BEGIN The data

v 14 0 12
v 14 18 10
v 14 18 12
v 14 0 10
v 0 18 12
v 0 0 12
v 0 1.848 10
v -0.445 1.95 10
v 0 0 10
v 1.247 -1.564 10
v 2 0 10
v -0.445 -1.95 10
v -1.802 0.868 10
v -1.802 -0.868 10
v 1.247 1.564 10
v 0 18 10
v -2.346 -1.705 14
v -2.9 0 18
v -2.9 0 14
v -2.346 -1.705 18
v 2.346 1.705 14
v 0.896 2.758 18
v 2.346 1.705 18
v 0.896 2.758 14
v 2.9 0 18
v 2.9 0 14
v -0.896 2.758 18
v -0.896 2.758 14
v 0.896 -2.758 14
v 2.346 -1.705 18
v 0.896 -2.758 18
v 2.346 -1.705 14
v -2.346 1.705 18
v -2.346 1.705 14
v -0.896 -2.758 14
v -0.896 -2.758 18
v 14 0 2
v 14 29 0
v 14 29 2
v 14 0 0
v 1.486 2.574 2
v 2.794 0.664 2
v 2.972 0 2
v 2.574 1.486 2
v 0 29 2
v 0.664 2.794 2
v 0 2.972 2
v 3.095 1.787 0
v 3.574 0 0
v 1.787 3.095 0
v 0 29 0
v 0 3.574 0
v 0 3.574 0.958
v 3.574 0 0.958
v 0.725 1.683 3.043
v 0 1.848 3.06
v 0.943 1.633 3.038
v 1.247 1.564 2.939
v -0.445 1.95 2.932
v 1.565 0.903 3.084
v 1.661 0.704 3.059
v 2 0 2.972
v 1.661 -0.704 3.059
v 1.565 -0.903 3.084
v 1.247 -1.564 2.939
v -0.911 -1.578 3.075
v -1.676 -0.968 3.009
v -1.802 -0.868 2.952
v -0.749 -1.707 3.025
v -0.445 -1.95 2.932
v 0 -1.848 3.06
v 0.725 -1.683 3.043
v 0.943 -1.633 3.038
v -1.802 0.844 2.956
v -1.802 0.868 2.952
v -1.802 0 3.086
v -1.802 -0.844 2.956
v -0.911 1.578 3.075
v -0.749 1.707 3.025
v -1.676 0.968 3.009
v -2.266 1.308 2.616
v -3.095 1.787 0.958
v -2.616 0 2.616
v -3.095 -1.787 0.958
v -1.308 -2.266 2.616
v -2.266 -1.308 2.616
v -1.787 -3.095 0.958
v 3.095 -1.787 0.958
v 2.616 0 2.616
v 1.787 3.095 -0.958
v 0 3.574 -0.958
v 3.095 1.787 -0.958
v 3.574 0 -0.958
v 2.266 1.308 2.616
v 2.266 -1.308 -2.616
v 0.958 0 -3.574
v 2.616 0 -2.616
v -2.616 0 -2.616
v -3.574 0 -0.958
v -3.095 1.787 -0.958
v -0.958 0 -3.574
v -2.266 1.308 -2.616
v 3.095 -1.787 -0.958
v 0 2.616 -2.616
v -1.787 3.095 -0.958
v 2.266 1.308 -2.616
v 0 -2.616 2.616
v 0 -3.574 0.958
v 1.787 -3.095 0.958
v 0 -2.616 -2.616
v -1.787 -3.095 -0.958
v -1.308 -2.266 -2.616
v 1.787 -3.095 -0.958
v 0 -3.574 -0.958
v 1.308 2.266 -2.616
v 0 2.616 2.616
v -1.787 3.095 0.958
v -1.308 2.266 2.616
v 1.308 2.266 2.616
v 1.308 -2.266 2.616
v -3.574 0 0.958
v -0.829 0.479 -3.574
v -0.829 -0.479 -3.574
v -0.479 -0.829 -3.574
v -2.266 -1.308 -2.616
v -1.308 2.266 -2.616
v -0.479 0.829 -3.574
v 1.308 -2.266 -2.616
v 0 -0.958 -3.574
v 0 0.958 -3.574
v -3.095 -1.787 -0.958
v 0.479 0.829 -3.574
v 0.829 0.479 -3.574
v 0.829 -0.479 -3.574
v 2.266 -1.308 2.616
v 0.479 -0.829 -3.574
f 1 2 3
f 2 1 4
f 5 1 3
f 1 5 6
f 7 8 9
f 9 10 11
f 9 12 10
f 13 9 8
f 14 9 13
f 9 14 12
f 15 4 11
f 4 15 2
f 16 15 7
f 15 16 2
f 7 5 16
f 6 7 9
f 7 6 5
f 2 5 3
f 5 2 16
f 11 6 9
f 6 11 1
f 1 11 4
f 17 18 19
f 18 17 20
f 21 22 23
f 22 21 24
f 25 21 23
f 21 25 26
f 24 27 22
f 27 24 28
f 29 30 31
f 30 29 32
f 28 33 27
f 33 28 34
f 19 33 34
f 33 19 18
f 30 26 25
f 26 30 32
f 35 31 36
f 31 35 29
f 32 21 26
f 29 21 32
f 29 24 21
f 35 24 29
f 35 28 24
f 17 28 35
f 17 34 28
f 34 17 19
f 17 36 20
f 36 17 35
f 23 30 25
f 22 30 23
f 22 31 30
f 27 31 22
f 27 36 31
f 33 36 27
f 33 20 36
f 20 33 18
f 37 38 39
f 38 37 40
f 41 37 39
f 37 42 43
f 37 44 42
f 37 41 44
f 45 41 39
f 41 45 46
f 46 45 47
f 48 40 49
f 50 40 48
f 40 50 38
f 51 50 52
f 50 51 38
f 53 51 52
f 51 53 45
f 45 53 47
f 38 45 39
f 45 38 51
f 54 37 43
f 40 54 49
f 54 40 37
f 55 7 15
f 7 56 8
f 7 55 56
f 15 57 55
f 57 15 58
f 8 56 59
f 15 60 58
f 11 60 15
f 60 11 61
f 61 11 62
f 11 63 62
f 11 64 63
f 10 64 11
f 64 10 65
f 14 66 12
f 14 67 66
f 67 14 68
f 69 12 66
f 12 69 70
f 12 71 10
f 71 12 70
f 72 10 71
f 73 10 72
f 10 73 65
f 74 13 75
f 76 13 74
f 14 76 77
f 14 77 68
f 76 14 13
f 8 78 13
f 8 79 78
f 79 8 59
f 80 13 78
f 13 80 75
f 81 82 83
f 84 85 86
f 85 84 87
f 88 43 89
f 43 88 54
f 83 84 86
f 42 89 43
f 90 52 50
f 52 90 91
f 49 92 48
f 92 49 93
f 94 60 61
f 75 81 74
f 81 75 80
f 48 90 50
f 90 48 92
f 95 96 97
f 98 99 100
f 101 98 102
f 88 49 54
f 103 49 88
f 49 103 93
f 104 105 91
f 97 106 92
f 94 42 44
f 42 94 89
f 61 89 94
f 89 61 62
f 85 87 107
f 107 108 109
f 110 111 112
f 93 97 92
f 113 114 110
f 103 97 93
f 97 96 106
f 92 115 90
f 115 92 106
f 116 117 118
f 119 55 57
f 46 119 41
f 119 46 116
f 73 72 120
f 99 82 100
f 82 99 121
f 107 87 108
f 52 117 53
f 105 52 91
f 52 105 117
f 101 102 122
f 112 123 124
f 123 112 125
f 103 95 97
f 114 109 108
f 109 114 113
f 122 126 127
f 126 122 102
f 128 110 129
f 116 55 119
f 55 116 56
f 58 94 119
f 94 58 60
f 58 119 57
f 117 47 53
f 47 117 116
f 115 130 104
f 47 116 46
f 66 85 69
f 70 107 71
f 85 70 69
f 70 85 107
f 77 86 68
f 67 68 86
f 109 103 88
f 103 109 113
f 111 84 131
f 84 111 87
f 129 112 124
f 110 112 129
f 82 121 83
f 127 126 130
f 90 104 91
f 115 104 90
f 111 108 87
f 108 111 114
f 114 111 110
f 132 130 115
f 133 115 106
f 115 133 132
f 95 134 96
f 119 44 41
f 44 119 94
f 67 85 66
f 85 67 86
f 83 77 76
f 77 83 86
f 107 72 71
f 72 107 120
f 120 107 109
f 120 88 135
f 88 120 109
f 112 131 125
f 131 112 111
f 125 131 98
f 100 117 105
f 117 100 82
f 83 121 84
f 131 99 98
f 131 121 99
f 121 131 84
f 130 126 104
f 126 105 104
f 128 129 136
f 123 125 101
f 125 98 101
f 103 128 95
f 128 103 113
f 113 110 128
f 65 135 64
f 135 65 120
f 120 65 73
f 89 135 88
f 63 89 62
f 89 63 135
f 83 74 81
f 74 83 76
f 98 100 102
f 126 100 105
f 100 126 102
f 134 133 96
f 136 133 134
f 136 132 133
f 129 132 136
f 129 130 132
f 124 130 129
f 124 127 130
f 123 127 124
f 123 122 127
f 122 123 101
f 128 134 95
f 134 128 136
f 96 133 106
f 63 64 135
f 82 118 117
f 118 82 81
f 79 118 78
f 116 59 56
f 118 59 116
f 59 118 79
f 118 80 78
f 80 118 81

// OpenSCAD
cube(size=[14,29,2],center=false);
cylinder(r=2,h=10);
sphere(r=3.7);
cube(size=[14,29,2],center=false);



//cool
translate([0,0,10]){
cube(size=[14,18,2],center=false);
translate([0,0,4]) cylinder(h=4,r=2.9,center=false);
}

END The data

Task item
What is needed is an exact copy of the lines from the start of the listing through the line where "v -0.479 0.829 -3.574" sits, please, both end lines included and nothing more.

Your response
v 14 0 12
v 14 18 10
v 14 18 12
v 14 0 10
v 0 18 12
v 0 0 12
v 0 1.848 10
v -0.445 1.95 10
v 0 0 10
v 1.247 -1.564 10
v 2 0 10
v -0.445 -1.95 10
v -1.802 0.868 10
v -1.802 -0.868 10
v 1.247 1.564 10
v 0 18 10
v -2.346 -1.705 14
v -2.9 0 18
v -2.9 0 14
v -2.346 -1.705 18
v 2.346 1.705 14
v 0.896 2.758 18
v 2.346 1.705 18
v 0.896 2.758 14
v 2.9 0 18
v 2.9 0 14
v -0.896 2.758 18
v -0.896 2.758 14
v 0.896 -2.758 14
v 2.346 -1.705 18
v 0.896 -2.758 18
v 2.346 -1.705 14
v -2.346 1.705 18
v -2.346 1.705 14
v -0.896 -2.758 14
v -0.896 -2.758 18
v 14 0 2
v 14 29 0
v 14 29 2
v 14 0 0
v 1.486 2.574 2
v 2.794 0.664 2
v 2.972 0 2
v 2.574 1.486 2
v 0 29 2
v 0.664 2.794 2
v 0 2.972 2
v 3.095 1.787 0
v 3.574 0 0
v 1.787 3.095 0
v 0 29 0
v 0 3.574 0
v 0 3.574 0.958
v 3.574 0 0.958
v 0.725 1.683 3.043
v 0 1.848 3.06
v 0.943 1.633 3.038
v 1.247 1.564 2.939
v -0.445 1.95 2.932
v 1.565 0.903 3.084
v 1.661 0.704 3.059
v 2 0 2.972
v 1.661 -0.704 3.059
v 1.565 -0.903 3.084
v 1.247 -1.564 2.939
v -0.911 -1.578 3.075
v -1.676 -0.968 3.009
v -1.802 -0.868 2.952
v -0.749 -1.707 3.025
v -0.445 -1.95 2.932
v 0 -1.848 3.06
v 0.725 -1.683 3.043
v 0.943 -1.633 3.038
v -1.802 0.844 2.956
v -1.802 0.868 2.952
v -1.802 0 3.086
v -1.802 -0.844 2.956
v -0.911 1.578 3.075
v -0.749 1.707 3.025
v -1.676 0.968 3.009
v -2.266 1.308 2.616
v -3.095 1.787 0.958
v -2.616 0 2.616
v -3.095 -1.787 0.958
v -1.308 -2.266 2.616
v -2.266 -1.308 2.616
v -1.787 -3.095 0.958
v 3.095 -1.787 0.958
v 2.616 0 2.616
v 1.787 3.095 -0.958
v 0 3.574 -0.958
v 3.095 1.787 -0.958
v 3.574 0 -0.958
v 2.266 1.308 2.616
v 2.266 -1.308 -2.616
v 0.958 0 -3.574
v 2.616 0 -2.616
v -2.616 0 -2.616
v -3.574 0 -0.958
v -3.095 1.787 -0.958
v -0.958 0 -3.574
v -2.266 1.308 -2.616
v 3.095 -1.787 -0.958
v 0 2.616 -2.616
v -1.787 3.095 -0.958
v 2.266 1.308 -2.616
v 0 -2.616 2.616
v 0 -3.574 0.958
v 1.787 -3.095 0.958
v 0 -2.616 -2.616
v -1.787 -3.095 -0.958
v -1.308 -2.266 -2.616
v 1.787 -3.095 -0.958
v 0 -3.574 -0.958
v 1.308 2.266 -2.616
v 0 2.616 2.616
v -1.787 3.095 0.958
v -1.308 2.266 2.616
v 1.308 2.266 2.616
v 1.308 -2.266 2.616
v -3.574 0 0.958
v -0.829 0.479 -3.574
v -0.829 -0.479 -3.574
v -0.479 -0.829 -3.574
v -2.266 -1.308 -2.616
v -1.308 2.266 -2.616
v -0.479 0.829 -3.574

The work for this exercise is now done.